* _Action item_
For the listing below, return the line containing "#358=PLANE('',#357);", the line containing "Circle(ESQUISSE1_R)", and all lines in between, exactly as written and nothing else.

* _Task material_
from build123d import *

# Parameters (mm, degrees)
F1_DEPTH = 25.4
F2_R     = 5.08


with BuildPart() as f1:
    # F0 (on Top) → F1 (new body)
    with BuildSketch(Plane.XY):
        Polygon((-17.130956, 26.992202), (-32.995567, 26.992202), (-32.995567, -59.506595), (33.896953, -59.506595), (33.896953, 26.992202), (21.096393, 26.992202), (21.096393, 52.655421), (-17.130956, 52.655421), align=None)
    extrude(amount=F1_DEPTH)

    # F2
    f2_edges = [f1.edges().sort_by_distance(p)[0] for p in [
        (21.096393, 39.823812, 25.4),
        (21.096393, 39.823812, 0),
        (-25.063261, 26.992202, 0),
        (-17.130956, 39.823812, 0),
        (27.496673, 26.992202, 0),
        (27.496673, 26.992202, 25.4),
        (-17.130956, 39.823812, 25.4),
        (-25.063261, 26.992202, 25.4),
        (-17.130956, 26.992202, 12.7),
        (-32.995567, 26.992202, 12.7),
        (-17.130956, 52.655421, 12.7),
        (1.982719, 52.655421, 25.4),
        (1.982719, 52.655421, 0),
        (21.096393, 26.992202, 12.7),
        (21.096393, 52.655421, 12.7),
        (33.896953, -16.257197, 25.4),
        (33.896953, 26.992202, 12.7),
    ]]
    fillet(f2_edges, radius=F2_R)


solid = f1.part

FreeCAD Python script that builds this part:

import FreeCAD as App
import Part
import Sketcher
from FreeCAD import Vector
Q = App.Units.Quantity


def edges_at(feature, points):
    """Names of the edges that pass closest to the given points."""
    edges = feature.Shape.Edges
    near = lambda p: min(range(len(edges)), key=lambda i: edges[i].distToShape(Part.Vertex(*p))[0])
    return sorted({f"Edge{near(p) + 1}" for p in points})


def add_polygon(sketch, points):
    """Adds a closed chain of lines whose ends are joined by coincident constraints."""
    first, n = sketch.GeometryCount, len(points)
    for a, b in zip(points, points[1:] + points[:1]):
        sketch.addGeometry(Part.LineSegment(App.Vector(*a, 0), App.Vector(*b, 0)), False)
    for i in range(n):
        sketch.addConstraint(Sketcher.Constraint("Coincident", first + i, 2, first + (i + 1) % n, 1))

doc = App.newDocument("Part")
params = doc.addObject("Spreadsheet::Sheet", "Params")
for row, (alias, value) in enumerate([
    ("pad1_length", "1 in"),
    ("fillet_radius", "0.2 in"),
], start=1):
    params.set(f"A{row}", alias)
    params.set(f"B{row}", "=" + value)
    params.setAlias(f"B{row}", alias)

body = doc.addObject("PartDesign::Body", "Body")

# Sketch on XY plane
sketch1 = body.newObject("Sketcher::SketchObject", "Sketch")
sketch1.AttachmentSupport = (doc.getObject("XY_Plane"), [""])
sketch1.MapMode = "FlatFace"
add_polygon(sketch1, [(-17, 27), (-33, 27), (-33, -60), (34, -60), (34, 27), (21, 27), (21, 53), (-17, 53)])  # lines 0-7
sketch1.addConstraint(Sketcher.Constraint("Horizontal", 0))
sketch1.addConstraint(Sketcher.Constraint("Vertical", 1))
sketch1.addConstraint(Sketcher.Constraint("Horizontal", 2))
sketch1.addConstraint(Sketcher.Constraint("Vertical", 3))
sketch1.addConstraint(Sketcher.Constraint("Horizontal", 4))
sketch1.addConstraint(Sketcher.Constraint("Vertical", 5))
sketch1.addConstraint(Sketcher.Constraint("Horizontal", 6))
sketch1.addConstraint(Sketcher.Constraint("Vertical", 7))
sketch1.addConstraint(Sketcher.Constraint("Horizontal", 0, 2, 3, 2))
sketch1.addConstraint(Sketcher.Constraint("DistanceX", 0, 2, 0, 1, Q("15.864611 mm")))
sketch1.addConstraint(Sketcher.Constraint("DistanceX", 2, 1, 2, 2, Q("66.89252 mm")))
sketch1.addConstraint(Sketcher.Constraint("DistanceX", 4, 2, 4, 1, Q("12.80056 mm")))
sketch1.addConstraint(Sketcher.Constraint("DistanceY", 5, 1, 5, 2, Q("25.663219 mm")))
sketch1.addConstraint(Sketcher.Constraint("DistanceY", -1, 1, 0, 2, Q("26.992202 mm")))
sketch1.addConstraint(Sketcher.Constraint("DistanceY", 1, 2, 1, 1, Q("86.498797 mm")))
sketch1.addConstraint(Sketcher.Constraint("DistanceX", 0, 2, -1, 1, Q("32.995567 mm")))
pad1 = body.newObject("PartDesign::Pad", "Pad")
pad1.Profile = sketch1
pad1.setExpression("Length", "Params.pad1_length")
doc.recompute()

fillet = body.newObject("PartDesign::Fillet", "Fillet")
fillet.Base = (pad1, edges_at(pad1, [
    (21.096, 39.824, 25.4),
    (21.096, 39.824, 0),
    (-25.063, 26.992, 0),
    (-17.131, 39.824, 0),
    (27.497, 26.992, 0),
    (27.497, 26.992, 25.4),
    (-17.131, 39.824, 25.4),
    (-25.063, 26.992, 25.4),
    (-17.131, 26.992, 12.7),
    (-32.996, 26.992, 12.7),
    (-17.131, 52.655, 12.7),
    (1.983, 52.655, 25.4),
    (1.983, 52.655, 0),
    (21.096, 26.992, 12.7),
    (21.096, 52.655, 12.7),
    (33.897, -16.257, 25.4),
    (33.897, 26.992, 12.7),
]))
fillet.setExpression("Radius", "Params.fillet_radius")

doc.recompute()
* * *
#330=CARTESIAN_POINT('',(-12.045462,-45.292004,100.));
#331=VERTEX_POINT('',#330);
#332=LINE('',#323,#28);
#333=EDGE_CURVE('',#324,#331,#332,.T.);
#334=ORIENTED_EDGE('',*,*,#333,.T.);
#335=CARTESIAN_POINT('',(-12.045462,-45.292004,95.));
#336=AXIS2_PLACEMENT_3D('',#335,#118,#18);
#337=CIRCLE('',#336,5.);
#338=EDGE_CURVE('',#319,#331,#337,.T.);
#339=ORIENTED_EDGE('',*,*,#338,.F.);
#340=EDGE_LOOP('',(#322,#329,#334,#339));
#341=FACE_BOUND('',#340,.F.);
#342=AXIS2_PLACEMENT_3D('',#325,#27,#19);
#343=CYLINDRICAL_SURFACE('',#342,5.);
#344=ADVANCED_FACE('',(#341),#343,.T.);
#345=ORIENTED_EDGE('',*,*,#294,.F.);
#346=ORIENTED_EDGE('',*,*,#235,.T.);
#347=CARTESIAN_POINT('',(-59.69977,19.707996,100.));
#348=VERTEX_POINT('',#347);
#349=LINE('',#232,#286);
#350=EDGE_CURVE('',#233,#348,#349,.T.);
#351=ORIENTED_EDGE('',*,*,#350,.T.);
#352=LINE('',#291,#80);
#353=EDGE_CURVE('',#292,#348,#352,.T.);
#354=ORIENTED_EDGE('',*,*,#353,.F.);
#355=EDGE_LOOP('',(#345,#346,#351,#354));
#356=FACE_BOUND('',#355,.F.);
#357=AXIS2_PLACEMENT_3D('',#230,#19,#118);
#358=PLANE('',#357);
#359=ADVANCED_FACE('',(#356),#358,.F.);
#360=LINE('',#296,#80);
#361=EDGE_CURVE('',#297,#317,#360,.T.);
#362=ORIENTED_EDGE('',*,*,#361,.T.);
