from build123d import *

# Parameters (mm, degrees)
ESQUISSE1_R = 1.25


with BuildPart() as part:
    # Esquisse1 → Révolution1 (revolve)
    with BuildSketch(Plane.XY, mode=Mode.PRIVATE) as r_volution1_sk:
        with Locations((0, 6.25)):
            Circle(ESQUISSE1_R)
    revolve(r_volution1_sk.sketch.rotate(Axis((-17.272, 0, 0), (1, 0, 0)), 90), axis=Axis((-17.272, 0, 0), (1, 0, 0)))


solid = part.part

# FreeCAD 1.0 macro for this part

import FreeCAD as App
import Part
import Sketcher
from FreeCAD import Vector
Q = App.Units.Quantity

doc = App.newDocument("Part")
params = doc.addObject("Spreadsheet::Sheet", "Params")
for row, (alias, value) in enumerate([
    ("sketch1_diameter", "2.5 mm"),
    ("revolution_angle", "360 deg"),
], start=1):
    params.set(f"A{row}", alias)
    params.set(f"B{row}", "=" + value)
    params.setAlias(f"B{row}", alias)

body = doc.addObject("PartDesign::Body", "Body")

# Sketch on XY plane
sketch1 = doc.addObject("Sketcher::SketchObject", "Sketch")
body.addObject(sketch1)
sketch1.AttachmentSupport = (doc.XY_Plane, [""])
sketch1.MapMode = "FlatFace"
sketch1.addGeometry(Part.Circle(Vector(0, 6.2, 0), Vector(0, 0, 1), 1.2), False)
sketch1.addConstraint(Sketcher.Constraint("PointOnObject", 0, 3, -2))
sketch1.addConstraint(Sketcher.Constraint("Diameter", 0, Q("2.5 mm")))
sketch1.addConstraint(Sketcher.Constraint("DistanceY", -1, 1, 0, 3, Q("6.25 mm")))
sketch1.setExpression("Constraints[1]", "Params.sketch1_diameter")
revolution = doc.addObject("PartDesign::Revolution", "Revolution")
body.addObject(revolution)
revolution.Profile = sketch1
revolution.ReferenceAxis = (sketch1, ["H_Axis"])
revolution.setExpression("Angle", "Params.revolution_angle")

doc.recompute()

* _Written reply_
#358=PLANE('',#357);
#359=ADVANCED_FACE('',(#356),#358,.F.);
#360=LINE('',#296,#80);
#361=EDGE_CURVE('',#297,#317,#360,.T.);
#362=ORIENTED_EDGE('',*,*,#361,.T.);
from build123d import *

# Parameters (mm, degrees)
ESQUISSE1_R = 1.25


with BuildPart() as part:
    # Esquisse1 → Révolution1 (revolve)
    with BuildSketch(Plane.XY, mode=Mode.PRIVATE) as r_volution1_sk:
        with Locations((0, 6.25)):
            Circle(ESQUISSE1_R)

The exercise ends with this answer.